Updated by Patrick Donnelly 2 months ago
I want to answer a question from Ilya about whether we should be catching this in upstream QA. The answer is, we should except there are build failures right now with xfstests caused by the switch to centos9. So we are unlucky.
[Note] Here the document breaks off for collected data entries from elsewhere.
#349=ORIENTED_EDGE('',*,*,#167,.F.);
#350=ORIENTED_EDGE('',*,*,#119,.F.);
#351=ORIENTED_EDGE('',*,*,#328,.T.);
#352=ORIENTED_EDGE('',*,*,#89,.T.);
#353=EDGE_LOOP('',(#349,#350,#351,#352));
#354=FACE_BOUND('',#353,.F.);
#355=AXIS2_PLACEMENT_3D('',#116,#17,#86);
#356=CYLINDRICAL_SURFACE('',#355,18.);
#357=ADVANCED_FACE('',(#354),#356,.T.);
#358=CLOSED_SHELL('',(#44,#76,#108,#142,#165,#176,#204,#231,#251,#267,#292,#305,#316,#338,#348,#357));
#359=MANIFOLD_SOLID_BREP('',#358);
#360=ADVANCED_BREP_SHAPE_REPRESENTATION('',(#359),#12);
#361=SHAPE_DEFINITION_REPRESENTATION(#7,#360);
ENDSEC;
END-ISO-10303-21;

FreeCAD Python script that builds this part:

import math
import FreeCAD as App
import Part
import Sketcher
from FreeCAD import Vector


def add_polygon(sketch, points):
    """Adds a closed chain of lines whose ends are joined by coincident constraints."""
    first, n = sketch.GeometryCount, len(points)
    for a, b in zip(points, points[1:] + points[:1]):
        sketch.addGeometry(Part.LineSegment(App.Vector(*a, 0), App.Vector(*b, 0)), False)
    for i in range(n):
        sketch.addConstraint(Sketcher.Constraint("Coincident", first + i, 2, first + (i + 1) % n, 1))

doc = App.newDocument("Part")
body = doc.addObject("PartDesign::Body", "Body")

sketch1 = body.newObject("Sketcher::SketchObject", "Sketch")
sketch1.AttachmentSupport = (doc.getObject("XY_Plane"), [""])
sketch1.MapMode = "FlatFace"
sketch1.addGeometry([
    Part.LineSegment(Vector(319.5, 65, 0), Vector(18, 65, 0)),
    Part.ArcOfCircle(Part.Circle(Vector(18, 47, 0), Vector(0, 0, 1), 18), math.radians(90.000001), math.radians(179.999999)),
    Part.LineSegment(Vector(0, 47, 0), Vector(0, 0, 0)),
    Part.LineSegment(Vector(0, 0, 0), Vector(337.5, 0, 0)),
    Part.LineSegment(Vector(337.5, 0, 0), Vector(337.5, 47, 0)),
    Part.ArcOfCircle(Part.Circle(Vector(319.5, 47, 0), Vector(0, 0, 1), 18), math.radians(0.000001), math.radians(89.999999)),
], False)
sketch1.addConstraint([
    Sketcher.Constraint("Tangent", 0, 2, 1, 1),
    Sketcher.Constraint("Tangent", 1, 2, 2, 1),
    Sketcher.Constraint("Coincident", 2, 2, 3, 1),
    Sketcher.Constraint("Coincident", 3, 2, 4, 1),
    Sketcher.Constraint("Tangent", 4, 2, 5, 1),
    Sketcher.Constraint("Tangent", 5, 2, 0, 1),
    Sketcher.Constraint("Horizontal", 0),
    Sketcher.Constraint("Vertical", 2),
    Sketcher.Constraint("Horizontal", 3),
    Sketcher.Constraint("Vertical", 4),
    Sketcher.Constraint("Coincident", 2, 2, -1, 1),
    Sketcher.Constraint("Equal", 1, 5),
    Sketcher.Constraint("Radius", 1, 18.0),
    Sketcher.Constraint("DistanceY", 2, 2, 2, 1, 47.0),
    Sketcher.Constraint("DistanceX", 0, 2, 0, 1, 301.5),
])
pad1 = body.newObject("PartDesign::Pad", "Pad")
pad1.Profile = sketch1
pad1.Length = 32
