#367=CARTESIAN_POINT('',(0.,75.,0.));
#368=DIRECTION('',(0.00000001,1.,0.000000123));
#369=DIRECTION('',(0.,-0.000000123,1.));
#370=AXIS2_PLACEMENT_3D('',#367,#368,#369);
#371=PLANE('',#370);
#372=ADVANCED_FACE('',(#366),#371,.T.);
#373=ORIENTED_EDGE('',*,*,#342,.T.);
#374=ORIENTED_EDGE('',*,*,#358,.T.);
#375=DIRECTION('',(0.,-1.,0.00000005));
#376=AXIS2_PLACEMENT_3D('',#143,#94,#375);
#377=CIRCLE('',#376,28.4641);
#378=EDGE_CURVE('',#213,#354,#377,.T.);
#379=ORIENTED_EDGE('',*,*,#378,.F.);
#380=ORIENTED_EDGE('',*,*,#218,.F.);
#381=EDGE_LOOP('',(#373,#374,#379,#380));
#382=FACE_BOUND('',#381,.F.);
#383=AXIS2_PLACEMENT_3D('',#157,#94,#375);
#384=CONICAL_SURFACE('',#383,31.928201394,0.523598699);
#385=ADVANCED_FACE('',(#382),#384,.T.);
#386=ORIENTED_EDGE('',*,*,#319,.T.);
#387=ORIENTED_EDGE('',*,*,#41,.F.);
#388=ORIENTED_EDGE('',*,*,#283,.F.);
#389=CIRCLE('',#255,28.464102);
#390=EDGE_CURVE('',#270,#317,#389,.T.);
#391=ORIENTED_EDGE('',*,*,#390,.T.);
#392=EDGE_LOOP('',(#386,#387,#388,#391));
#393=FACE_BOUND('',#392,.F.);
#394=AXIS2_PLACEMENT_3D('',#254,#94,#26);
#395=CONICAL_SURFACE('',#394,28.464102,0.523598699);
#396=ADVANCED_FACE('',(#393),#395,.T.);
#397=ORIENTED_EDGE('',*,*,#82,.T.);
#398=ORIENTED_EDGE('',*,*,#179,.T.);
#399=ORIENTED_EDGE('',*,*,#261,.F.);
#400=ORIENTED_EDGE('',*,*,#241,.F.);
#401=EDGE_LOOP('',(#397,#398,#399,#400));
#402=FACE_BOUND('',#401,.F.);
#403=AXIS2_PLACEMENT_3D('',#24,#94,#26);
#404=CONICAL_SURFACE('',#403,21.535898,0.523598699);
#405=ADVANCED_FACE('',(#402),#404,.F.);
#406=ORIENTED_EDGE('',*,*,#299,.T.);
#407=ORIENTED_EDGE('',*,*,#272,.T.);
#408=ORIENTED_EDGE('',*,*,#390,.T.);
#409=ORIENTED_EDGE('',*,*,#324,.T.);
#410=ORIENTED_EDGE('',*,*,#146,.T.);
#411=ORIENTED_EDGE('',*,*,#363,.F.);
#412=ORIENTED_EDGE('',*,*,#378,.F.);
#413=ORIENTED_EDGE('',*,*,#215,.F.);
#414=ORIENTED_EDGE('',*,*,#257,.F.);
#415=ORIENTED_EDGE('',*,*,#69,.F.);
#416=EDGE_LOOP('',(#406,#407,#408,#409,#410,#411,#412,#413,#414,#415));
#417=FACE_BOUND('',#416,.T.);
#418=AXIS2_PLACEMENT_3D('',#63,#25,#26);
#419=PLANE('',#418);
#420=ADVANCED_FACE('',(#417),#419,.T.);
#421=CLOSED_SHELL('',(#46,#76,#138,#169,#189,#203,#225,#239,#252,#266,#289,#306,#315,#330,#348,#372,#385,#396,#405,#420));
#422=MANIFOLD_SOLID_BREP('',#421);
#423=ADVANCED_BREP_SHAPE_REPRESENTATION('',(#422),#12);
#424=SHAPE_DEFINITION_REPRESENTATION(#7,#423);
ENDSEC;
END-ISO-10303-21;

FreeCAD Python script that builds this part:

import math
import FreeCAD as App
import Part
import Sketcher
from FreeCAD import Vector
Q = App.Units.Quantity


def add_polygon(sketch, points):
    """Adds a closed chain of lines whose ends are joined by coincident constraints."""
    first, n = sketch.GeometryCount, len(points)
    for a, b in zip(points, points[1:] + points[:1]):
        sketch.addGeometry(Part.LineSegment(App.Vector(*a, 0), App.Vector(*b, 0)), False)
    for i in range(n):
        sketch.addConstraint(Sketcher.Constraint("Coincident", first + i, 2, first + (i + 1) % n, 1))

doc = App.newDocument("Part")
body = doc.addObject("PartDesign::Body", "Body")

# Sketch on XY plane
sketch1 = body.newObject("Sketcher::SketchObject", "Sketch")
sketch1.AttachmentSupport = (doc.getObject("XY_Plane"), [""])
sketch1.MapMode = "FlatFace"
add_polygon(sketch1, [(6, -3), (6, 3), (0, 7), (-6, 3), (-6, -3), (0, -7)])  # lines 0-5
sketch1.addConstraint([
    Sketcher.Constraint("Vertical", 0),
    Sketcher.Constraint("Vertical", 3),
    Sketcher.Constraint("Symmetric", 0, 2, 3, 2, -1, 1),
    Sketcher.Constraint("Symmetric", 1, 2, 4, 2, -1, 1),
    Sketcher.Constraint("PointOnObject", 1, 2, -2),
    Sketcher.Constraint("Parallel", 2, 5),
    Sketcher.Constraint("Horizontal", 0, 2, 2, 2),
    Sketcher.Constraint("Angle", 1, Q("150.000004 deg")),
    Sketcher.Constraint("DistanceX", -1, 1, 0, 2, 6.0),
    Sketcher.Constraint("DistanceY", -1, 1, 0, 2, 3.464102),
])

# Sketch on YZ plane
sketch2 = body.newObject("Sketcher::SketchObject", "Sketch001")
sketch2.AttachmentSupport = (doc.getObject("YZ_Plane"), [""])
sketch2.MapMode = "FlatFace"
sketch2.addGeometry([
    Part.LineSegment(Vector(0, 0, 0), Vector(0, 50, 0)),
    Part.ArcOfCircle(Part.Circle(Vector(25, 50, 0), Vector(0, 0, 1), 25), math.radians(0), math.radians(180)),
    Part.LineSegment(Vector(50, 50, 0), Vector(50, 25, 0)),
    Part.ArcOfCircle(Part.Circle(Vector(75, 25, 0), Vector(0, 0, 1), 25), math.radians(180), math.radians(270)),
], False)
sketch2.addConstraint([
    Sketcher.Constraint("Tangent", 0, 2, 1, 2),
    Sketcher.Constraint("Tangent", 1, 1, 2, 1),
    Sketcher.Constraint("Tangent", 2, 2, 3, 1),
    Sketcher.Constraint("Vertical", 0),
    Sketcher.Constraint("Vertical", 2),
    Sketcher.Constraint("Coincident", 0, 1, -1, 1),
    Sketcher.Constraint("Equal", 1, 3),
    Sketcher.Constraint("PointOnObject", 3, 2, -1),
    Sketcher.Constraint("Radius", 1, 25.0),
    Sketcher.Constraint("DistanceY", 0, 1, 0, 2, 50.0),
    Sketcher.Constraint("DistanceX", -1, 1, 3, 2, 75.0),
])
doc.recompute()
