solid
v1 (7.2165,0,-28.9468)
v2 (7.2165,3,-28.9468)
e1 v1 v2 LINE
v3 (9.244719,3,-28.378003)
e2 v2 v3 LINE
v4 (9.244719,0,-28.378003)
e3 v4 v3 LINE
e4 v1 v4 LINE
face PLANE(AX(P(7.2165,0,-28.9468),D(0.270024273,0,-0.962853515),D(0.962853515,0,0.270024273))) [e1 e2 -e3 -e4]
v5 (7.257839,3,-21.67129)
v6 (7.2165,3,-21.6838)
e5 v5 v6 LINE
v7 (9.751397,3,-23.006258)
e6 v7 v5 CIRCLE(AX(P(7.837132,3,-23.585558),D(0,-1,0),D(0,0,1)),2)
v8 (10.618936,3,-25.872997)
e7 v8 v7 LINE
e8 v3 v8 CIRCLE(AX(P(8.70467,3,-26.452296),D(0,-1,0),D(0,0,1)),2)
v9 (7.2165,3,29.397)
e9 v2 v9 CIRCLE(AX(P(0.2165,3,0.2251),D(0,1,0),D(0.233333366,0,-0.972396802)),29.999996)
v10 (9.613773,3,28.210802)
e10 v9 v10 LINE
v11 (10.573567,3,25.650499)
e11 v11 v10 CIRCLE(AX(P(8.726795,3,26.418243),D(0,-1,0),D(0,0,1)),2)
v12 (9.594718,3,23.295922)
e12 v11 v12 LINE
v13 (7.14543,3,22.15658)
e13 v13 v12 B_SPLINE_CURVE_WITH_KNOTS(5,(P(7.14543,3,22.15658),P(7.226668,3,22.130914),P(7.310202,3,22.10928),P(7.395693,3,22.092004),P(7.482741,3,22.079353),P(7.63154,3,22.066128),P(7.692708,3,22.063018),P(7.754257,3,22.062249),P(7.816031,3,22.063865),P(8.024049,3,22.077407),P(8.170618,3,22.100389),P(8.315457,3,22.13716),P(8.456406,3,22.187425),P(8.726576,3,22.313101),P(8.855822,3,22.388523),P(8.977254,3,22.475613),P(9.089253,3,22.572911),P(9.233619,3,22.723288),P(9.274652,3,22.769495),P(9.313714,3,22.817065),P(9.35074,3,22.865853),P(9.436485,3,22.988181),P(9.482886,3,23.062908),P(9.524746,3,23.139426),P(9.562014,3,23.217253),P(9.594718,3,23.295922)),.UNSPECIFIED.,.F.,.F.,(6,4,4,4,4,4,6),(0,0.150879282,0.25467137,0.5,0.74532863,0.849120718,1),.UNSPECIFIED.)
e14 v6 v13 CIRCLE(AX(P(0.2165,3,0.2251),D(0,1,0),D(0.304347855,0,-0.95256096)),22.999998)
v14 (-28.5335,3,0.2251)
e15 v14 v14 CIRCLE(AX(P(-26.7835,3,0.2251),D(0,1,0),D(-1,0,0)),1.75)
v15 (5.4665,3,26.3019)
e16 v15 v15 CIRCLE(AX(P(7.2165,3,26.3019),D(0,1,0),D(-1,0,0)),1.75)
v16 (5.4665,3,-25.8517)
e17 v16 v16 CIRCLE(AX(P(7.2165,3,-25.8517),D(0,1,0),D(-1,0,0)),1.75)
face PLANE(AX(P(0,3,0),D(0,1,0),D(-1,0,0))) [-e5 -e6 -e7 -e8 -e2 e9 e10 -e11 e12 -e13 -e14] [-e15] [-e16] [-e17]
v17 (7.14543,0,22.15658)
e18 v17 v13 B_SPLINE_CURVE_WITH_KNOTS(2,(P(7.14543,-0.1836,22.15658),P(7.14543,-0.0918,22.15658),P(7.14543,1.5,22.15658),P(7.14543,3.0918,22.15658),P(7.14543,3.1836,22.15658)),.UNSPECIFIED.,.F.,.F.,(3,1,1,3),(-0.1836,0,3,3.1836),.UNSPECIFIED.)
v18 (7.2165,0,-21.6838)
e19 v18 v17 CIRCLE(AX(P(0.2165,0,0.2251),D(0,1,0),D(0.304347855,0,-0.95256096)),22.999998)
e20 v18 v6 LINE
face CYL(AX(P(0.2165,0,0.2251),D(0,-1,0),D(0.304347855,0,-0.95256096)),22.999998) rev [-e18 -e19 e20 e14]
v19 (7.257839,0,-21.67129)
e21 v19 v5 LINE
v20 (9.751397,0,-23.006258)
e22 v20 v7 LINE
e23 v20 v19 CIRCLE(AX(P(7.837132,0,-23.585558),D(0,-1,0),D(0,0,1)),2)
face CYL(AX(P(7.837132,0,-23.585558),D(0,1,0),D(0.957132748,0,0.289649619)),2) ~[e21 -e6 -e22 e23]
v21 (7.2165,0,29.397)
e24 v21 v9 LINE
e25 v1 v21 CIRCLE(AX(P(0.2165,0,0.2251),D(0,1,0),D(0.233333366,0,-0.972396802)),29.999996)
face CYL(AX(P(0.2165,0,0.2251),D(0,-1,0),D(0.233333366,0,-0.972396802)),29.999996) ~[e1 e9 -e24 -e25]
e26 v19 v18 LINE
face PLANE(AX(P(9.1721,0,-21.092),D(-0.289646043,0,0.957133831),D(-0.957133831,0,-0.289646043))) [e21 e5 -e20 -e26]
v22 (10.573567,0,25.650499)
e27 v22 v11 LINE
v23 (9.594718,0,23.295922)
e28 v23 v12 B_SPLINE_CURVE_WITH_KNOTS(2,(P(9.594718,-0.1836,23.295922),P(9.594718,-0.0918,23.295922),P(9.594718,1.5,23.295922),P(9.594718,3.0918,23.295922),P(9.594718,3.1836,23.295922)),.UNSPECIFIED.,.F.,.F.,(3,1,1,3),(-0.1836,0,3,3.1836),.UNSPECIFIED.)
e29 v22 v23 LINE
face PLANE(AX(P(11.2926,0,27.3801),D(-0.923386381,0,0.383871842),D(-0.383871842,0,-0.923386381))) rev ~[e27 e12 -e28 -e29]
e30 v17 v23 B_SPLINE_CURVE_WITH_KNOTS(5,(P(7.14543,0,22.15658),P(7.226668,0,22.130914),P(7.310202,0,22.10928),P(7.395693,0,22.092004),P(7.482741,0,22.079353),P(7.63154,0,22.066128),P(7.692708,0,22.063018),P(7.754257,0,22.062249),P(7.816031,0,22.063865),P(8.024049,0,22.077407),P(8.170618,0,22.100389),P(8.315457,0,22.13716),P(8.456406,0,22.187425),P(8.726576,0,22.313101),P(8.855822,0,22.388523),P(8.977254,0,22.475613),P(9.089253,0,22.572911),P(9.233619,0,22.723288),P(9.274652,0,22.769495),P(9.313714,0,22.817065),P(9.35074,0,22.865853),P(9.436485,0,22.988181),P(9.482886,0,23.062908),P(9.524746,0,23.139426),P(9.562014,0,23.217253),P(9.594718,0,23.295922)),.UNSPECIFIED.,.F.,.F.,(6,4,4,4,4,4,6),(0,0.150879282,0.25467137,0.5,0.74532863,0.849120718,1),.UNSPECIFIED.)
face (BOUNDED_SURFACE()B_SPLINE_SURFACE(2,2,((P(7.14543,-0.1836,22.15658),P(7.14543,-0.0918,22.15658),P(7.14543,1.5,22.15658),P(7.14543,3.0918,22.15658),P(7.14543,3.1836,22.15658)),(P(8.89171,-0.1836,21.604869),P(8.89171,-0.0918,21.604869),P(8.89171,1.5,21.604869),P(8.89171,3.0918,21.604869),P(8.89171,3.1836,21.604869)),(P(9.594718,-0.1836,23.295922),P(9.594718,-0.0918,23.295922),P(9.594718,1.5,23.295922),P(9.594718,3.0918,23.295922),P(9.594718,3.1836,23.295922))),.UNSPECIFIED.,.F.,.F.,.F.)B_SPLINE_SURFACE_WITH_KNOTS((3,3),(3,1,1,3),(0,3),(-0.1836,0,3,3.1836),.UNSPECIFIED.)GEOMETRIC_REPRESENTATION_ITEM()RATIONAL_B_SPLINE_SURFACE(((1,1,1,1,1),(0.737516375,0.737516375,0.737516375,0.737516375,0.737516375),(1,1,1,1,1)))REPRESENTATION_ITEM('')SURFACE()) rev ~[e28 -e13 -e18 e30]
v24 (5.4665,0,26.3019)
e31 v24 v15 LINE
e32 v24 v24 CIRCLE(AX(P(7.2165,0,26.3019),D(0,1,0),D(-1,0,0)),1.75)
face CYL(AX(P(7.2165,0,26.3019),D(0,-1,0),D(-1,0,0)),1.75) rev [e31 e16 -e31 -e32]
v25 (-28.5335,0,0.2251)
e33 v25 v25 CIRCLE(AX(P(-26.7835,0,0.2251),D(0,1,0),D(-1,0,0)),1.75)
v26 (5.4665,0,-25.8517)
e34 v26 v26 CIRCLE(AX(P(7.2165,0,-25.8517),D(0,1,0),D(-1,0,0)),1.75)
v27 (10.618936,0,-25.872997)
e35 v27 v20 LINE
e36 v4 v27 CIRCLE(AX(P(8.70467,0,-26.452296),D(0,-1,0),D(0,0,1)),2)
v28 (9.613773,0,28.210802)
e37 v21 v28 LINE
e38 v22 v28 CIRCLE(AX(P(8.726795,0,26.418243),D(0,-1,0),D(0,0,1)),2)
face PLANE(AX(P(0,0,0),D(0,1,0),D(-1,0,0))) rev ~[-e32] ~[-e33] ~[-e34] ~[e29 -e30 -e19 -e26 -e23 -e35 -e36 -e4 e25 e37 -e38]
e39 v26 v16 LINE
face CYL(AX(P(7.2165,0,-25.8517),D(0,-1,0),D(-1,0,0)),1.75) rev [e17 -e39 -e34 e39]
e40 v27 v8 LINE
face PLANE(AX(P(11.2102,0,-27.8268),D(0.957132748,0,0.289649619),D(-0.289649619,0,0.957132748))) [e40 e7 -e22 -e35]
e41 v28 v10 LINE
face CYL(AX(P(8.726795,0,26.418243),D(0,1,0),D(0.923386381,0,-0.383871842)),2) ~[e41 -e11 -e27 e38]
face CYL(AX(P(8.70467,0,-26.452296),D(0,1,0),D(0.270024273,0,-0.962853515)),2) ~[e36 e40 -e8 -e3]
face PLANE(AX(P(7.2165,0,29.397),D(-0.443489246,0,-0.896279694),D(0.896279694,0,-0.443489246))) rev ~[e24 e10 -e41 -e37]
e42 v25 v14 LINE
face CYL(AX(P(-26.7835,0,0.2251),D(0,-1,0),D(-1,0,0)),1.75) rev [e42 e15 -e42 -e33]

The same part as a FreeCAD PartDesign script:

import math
import FreeCAD as App
import Part
import Sketcher
from FreeCAD import Vector
Q = App.Units.Quantity


def edges_at(feature, points):
    """Names of the edges that pass closest to the given points."""
    edges = feature.Shape.Edges
    near = lambda p: min(range(len(edges)), key=lambda i: edges[i].distToShape(Part.Vertex(*p))[0])
    return sorted({f"Edge{near(p) + 1}" for p in points})

doc = App.newDocument("Part")
params = doc.addObject("Spreadsheet::Sheet", "Params")
for row, (alias, value) in enumerate([
    ("sketch1_radius", "30 mm"),
    ("sketch1_radius2", "23 mm"),
    ("sketch1_diameter", "3.5 mm"),
    ("sketch1_length", "1.75 mm"),
    ("pad1_length", "3 mm"),
    ("fillet_radius", "2 mm"),
], start=1):
    params.set(f"A{row}", alias)
    params.set(f"B{row}", "=" + value)
    params.setAlias(f"B{row}", alias)

body = doc.addObject("PartDesign::Body", "Body")

# Sketch on XZ plane
sketch1 = body.newObject("Sketcher::SketchObject", "Sketch")
sketch1.AttachmentSupport = (doc.getObject("XZ_Plane"), [""])
sketch1.MapMode = "FlatFace"
sketch1.addGeometry([
    Part.LineSegment(Vector(11.2, -27.8, 0), Vector(7.2, -28.9, 0)),  # 0
    Part.ArcOfCircle(Part.Circle(Vector(0.2, 0.2, 0), Vector(0, 0, 1), 30), math.radians(77), math.radians(283)),  # 1
    Part.LineSegment(Vector(7.2, 29.4, 0), Vector(11.3, 27.4, 0)),  # 2
    Part.LineSegment(Vector(11.3, 27.4, 0), Vector(8.8, 21.5, 0)),  # 3
    Part.LineSegment(Vector(8.8, 21.5, 0), Vector(7.2, 22.1, 0)),  # 4
    Part.ArcOfCircle(Part.Circle(Vector(0.2, 0.2, 0), Vector(0, 0, 1), 23), math.radians(72), math.radians(288)),  # 5
    Part.LineSegment(Vector(7.2, -21.7, 0), Vector(9.2, -21.1, 0)),  # 6
    Part.LineSegment(Vector(9.2, -21.1, 0), Vector(11.2, -27.8, 0)),  # 7
    Part.Circle(Vector(7.2, -25.9, 0), Vector(0, 0, 1), 1.8),  # 8
    Part.Circle(Vector(7.2, 26.3, 0), Vector(0, 0, 1), 1.8),  # 9
    Part.Circle(Vector(-26.8, 0.2, 0), Vector(0, 0, 1), 1.8),  # 10
], False)
sketch1.addConstraint([
    Sketcher.Constraint("Coincident", 0, 2, 1, 2),
    Sketcher.Constraint("Coincident", 1, 1, 2, 1),
    Sketcher.Constraint("Coincident", 2, 2, 3, 1),
    Sketcher.Constraint("Coincident", 3, 2, 4, 1),
    Sketcher.Constraint("Coincident", 4, 2, 5, 1),
    Sketcher.Constraint("Coincident", 5, 2, 6, 1),
    Sketcher.Constraint("Coincident", 6, 2, 7, 1),
    Sketcher.Constraint("Coincident", 7, 2, 0, 1),
    Sketcher.Constraint("Coincident", 5, 3, 1, 3),
    Sketcher.Constraint("Equal", 8, 9),
    Sketcher.Constraint("Equal", 9, 10),
    Sketcher.Constraint("Perpendicular", 3, 4),
    Sketcher.Constraint("Perpendicular", 6, 7),
    Sketcher.Constraint("Horizontal", 5, 3, 10, 3),
    Sketcher.Constraint("Vertical", 8, 3, 9, 3),
    Sketcher.Constraint("Vertical", 9, 3, 0, 2),
    Sketcher.Constraint("Vertical", 0, 2, 1, 1),
    Sketcher.Constraint("Vertical", 1, 1, 4, 2),
    Sketcher.Constraint("Vertical", 4, 2, 5, 2),
    Sketcher.Constraint("Radius", 1, Q("30 mm")),
    Sketcher.Constraint("Radius", 5, Q("23 mm")),
    Sketcher.Constraint("Diameter", 8, Q("3.5 mm")),
    Sketcher.Constraint("DistanceX", 1, 3, 8, 3, Q("7 mm")),
    Sketcher.Constraint("DistanceX", 10, 3, 1, 3, Q("27 mm")),
    Sketcher.Constraint("Distance", 4, Q("1.75 mm")),
    Sketcher.Constraint("DistanceY", -1, 1, 2, 2, Q("27.38 mm")),
    Sketcher.Constraint("DistanceY", 0, 2, 7, 2, Q("1.12 mm")),
    Sketcher.Constraint("Distance", 3, Q("6.409 mm")),
    Sketcher.Constraint("DistanceY", -1, 1, 1, 3, Q("0.225 mm")),
    Sketcher.Constraint("DistanceY", -1, 1, 9, 3, Q("26.302 mm")),
    Sketcher.Constraint("DistanceX", -1, 1, 6, 2, Q("9.172 mm")),
    Sketcher.Constraint("DistanceY", 6, 2, -1, 1, Q("21.092 mm")),
    Sketcher.Constraint("DistanceY", 0, 2, 8, 3, Q("3.095 mm")),
    Sketcher.Constraint("DistanceX", 6, 2, 7, 2, Q("2.038 mm")),
])
sketch1.setExpression("Constraints[19]", "Params.sketch1_radius")
sketch1.setExpression("Constraints[20]", "Params.sketch1_radius2")
sketch1.setExpression("Constraints[21]", "Params.sketch1_diameter")
sketch1.setExpression("Constraints[24]", "Params.sketch1_length")
pad1 = body.newObject("PartDesign::Pad", "Pad")
pad1.Profile = sketch1
pad1.setExpression("Length", "Params.pad1_length")
pad1.Reversed = True
doc.recompute()

fillet = body.newObject("PartDesign::Fillet", "Fillet")
fillet.Base = (pad1, edges_at(pad1, [
    (11.293, 1.5, 27.38),
    (8.832, 1.5, 21.462),
    (11.21, 1.5, -27.827),
    (9.172, 1.5, -21.092),
]))
fillet.setExpression("Radius", "Params.fillet_radius")

doc.recompute()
Here is one job where we would have likely caught this bug:
which uses the kclient (stock kernel) and ms_mode/crc
Updated by Ilya Dryomov 2 months ago
Patrick Donnelly wrote:
Here is one job where we would have likely caught this bug:
which uses the kclient (stock kernel) and ms_mode/crc
This one wouldn't have caught it because it just wanted to run fsx -- 5-workunit/suites/fsx boils down to:
OPTIONS="-z" # don't use zero range calls; not supported by cephfs ./fsx $OPTIONS 1MB -N 50000 -p 10000 -l 1048576 ./fsx $OPTIONS 10MB -N 50000 -p 10000 -l 10485760 ./fsx $OPTIONS 100MB -N 50000 -p 10000 -l 104857600But if programs in the xfstests repo are failing to build, xfstests themselves wouldn't run either, so I think we have a root cause!
For completeness, it would be nice to link a job that wanted to run xfstests themselves here, and double check that the workunit in question wouldn't have excluded generic/580 for whatever reason.